> Work task
Would you repeat exactly the part of the listing below that runs from the line containing "# Parameters (mm, degrees)" down to the line containing "# FreeCAD 1.0 macro for this part", inclusive, and nothing else?

%%

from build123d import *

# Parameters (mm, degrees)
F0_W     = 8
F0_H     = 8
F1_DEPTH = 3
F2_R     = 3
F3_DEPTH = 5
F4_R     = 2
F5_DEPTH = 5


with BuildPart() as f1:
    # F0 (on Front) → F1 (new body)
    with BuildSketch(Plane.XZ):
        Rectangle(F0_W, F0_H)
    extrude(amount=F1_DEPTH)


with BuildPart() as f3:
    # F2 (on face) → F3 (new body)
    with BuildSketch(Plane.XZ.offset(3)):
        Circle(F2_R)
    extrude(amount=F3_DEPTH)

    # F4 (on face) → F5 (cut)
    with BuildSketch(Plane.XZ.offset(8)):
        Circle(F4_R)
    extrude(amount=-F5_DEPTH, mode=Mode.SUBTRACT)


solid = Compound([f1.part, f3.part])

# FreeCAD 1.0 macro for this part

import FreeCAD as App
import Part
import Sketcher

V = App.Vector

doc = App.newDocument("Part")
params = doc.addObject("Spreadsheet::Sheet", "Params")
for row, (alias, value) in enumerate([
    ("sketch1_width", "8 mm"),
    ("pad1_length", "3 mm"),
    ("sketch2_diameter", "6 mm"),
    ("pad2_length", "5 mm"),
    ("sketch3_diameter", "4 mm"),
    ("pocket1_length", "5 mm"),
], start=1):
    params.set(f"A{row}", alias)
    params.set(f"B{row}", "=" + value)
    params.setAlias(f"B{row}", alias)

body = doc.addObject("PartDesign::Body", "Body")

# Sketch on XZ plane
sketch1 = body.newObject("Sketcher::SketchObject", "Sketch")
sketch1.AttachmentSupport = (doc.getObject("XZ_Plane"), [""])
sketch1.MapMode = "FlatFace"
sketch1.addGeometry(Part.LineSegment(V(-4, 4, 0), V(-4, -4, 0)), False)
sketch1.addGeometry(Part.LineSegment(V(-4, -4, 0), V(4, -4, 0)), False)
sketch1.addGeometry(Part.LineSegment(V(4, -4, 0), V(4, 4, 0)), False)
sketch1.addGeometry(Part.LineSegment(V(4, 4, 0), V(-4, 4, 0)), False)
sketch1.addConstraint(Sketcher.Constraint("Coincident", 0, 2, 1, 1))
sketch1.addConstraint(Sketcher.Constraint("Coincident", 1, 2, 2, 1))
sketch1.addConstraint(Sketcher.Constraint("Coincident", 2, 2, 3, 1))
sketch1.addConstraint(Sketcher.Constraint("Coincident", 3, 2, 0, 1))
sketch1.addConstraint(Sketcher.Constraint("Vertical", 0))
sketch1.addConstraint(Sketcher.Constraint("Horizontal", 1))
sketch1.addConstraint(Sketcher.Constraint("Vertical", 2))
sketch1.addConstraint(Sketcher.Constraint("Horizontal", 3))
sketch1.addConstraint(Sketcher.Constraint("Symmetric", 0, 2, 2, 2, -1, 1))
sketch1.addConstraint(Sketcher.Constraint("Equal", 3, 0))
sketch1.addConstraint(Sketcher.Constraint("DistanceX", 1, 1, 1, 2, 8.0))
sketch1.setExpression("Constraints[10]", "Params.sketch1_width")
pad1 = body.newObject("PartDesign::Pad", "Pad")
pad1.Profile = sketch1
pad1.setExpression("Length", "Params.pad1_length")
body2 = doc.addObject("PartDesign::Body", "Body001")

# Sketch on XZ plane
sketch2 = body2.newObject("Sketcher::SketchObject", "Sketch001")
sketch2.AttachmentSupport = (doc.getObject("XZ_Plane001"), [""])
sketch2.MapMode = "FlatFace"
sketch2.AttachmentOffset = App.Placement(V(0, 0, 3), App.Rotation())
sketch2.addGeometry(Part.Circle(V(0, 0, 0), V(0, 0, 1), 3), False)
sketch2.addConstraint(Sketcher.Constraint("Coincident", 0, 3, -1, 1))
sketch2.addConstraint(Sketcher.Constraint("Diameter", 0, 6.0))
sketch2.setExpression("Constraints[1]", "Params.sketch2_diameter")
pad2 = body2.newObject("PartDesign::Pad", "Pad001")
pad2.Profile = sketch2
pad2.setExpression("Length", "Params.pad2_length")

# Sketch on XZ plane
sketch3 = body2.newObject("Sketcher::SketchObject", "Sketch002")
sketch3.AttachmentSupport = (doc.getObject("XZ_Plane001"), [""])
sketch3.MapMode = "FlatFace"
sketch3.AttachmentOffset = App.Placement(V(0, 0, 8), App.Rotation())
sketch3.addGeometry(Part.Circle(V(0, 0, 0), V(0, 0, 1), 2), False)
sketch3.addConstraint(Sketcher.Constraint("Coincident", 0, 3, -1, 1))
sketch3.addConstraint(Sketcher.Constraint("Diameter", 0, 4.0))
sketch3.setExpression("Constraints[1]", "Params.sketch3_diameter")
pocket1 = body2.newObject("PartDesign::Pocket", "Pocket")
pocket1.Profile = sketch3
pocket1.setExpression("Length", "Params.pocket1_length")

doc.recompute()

%%

> Reply
# Parameters (mm, degrees)
F0_W     = 8
F0_H     = 8
F1_DEPTH = 3
F2_R     = 3
F3_DEPTH = 5
F4_R     = 2
F5_DEPTH = 5


with BuildPart() as f1:
    # F0 (on Front) → F1 (new body)
    with BuildSketch(Plane.XZ):
        Rectangle(F0_W, F0_H)
    extrude(amount=F1_DEPTH)


with BuildPart() as f3:
    # F2 (on face) → F3 (new body)
    with BuildSketch(Plane.XZ.offset(3)):
        Circle(F2_R)
    extrude(amount=F3_DEPTH)

    # F4 (on face) → F5 (cut)
    with BuildSketch(Plane.XZ.offset(8)):
        Circle(F4_R)
    extrude(amount=-F5_DEPTH, mode=Mode.SUBTRACT)


solid = Compound([f1.part, f3.part])

# FreeCAD 1.0 macro for this part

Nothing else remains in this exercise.